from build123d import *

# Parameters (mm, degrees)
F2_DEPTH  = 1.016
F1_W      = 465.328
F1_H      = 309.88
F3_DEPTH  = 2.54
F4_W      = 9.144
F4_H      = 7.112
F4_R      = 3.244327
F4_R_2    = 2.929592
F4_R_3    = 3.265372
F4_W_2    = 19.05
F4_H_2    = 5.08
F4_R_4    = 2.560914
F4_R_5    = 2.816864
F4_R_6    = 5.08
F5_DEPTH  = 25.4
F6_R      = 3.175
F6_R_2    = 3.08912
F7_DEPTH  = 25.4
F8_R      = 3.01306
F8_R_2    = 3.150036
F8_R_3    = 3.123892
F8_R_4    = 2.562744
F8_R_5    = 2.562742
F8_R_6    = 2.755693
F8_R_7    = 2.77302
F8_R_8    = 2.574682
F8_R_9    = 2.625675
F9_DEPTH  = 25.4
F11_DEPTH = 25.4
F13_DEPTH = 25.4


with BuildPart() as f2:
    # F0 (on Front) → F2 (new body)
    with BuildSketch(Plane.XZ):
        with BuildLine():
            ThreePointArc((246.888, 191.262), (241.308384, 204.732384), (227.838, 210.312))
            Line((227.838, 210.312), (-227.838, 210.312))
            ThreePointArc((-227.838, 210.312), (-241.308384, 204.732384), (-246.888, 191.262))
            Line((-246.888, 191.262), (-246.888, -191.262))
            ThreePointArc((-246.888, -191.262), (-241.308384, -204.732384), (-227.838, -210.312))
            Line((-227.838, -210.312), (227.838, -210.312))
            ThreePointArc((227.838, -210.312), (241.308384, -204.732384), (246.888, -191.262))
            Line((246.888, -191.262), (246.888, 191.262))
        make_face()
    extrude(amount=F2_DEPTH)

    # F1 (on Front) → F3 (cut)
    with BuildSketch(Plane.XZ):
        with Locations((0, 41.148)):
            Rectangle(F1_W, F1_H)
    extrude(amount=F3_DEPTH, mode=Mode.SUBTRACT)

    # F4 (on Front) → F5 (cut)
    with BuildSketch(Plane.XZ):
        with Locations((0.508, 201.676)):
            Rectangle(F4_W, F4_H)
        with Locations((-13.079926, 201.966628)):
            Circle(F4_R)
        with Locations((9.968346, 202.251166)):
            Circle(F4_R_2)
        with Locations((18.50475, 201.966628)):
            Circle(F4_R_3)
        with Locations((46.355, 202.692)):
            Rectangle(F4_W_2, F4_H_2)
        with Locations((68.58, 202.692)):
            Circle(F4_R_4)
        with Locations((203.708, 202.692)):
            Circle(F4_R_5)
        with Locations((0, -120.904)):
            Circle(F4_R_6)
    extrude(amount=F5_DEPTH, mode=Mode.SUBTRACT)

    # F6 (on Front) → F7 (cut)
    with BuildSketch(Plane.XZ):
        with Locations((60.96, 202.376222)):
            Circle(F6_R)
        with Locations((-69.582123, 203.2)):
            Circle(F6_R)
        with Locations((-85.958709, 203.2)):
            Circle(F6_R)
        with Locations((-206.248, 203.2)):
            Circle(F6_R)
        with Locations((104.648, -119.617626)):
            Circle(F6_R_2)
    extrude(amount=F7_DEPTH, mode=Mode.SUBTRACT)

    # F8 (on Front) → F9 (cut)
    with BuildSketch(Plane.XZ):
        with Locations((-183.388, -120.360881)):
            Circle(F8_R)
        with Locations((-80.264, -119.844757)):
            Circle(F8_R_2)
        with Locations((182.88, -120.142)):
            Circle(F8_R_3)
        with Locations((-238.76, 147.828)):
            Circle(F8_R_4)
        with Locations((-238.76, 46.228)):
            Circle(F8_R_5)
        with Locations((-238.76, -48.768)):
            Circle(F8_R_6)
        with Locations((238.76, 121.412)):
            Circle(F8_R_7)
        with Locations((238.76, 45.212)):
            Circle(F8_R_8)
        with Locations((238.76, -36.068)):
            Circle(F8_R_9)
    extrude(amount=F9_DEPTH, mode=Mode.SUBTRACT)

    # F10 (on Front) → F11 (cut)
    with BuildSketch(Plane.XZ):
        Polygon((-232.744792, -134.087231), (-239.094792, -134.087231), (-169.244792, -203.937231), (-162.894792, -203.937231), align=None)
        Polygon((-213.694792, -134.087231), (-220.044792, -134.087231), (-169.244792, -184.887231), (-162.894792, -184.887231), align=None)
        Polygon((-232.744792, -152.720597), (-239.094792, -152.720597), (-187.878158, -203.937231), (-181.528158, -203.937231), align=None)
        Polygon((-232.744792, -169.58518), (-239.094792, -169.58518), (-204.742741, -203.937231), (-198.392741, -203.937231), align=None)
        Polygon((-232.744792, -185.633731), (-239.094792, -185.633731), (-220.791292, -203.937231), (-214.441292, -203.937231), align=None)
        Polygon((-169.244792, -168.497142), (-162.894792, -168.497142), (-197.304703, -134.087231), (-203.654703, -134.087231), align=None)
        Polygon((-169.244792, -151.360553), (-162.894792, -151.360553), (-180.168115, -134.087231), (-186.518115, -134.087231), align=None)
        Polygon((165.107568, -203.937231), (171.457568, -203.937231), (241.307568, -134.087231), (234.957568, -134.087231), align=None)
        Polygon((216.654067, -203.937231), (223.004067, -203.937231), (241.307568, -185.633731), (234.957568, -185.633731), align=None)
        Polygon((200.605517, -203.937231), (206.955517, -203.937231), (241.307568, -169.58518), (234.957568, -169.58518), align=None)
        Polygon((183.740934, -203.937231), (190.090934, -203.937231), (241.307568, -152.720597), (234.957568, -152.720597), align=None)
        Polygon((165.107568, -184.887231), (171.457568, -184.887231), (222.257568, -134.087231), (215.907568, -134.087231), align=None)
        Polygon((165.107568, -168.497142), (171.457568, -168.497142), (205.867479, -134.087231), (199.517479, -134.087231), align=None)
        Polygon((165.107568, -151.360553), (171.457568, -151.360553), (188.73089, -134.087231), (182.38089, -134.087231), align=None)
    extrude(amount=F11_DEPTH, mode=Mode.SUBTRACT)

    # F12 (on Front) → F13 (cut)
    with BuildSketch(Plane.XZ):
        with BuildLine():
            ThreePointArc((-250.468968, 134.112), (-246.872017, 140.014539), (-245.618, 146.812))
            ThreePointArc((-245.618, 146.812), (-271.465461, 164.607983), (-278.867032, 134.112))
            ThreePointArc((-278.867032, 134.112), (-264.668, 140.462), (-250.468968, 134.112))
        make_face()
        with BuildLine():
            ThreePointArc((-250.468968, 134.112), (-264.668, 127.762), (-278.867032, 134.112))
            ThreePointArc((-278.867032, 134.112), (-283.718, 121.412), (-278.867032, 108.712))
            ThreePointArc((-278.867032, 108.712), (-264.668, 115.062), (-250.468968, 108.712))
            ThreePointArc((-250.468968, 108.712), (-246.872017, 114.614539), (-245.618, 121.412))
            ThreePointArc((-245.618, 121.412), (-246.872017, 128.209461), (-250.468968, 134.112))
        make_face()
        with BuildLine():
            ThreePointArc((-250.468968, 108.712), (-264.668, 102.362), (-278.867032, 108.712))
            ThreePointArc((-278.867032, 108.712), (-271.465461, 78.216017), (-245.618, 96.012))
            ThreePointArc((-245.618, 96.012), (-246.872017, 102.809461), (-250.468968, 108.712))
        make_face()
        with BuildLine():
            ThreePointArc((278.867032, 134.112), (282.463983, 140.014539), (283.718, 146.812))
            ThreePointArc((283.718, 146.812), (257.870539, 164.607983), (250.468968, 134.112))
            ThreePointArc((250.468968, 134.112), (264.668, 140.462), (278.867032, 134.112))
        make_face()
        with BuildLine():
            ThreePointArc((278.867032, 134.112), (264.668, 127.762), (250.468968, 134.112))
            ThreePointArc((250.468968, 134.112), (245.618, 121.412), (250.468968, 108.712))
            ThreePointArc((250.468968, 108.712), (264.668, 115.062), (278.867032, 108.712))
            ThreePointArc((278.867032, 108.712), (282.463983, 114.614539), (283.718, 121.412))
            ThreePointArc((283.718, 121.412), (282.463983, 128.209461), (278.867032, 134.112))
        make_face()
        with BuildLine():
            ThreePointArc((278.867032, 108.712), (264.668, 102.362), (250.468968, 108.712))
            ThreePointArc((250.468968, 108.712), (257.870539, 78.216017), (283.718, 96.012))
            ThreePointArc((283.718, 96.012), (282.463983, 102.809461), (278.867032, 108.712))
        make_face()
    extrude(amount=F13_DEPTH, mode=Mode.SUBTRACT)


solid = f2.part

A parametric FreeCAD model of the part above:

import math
import FreeCAD as App
import Part
import Sketcher
from FreeCAD import Vector
Q = App.Units.Quantity


def add_polygon(sketch, points):
    """Adds a closed chain of lines whose ends are joined by coincident constraints."""
    first, n = sketch.GeometryCount, len(points)
    for a, b in zip(points, points[1:] + points[:1]):
        sketch.addGeometry(Part.LineSegment(App.Vector(*a, 0), App.Vector(*b, 0)), False)
    for i in range(n):
        sketch.addConstraint(Sketcher.Constraint("Coincident", first + i, 2, first + (i + 1) % n, 1))

doc = App.newDocument("Part")
body = doc.addObject("PartDesign::Body", "Body")

# Sketch on XZ plane
sketch1 = body.newObject("Sketcher::SketchObject", "Sketch")
sketch1.AttachmentSupport = (doc.getObject("XZ_Plane"), [""])
sketch1.MapMode = "FlatFace"
sketch1.addGeometry([
    Part.ArcOfCircle(Part.Circle(Vector(228, 191, 0), Vector(0, 0, 1), 19), math.radians(0), math.radians(90)),  # 0
    Part.LineSegment(Vector(228, 210, 0), Vector(-228, 210, 0)),  # 1
    Part.ArcOfCircle(Part.Circle(Vector(-228, 191, 0), Vector(0, 0, 1), 19), math.radians(90), math.radians(180)),  # 2
    Part.LineSegment(Vector(-247, 191, 0), Vector(-247, -191, 0)),  # 3
    Part.ArcOfCircle(Part.Circle(Vector(-228, -191, 0), Vector(0, 0, 1), 19), math.radians(-180), math.radians(-90)),  # 4
    Part.LineSegment(Vector(-228, -210, 0), Vector(228, -210, 0)),  # 5
    Part.ArcOfCircle(Part.Circle(Vector(228, -191, 0), Vector(0, 0, 1), 19), math.radians(-90), math.radians(0)),  # 6
    Part.LineSegment(Vector(247, -191, 0), Vector(247, 191, 0)),  # 7
], False)
sketch1.addConstraint([
    Sketcher.Constraint("Tangent", 0, 2, 1, 1),
    Sketcher.Constraint("Tangent", 1, 2, 2, 1),
    Sketcher.Constraint("Tangent", 2, 2, 3, 1),
    Sketcher.Constraint("Tangent", 3, 2, 4, 1),
    Sketcher.Constraint("Tangent", 4, 2, 5, 1),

• **WORK REQUIRED**
Look through the data above and return exactly the lines from the one that contains "140.462), (278.867032, 134.112))" to the one that contains "A parametric FreeCAD", inclusive, with nothing else.

• **ANSWER SECTION**
            ThreePointArc((250.468968, 134.112), (264.668, 140.462), (278.867032, 134.112))
        make_face()
        with BuildLine():
            ThreePointArc((278.867032, 134.112), (264.668, 127.762), (250.468968, 134.112))
            ThreePointArc((250.468968, 134.112), (245.618, 121.412), (250.468968, 108.712))
            ThreePointArc((250.468968, 108.712), (264.668, 115.062), (278.867032, 108.712))
            ThreePointArc((278.867032, 108.712), (282.463983, 114.614539), (283.718, 121.412))
            ThreePointArc((283.718, 121.412), (282.463983, 128.209461), (278.867032, 134.112))
        make_face()
        with BuildLine():
            ThreePointArc((278.867032, 108.712), (264.668, 102.362), (250.468968, 108.712))
            ThreePointArc((250.468968, 108.712), (257.870539, 78.216017), (283.718, 96.012))
            ThreePointArc((283.718, 96.012), (282.463983, 102.809461), (278.867032, 108.712))
        make_face()
    extrude(amount=F13_DEPTH, mode=Mode.SUBTRACT)


solid = f2.part

A parametric FreeCAD model of the part above:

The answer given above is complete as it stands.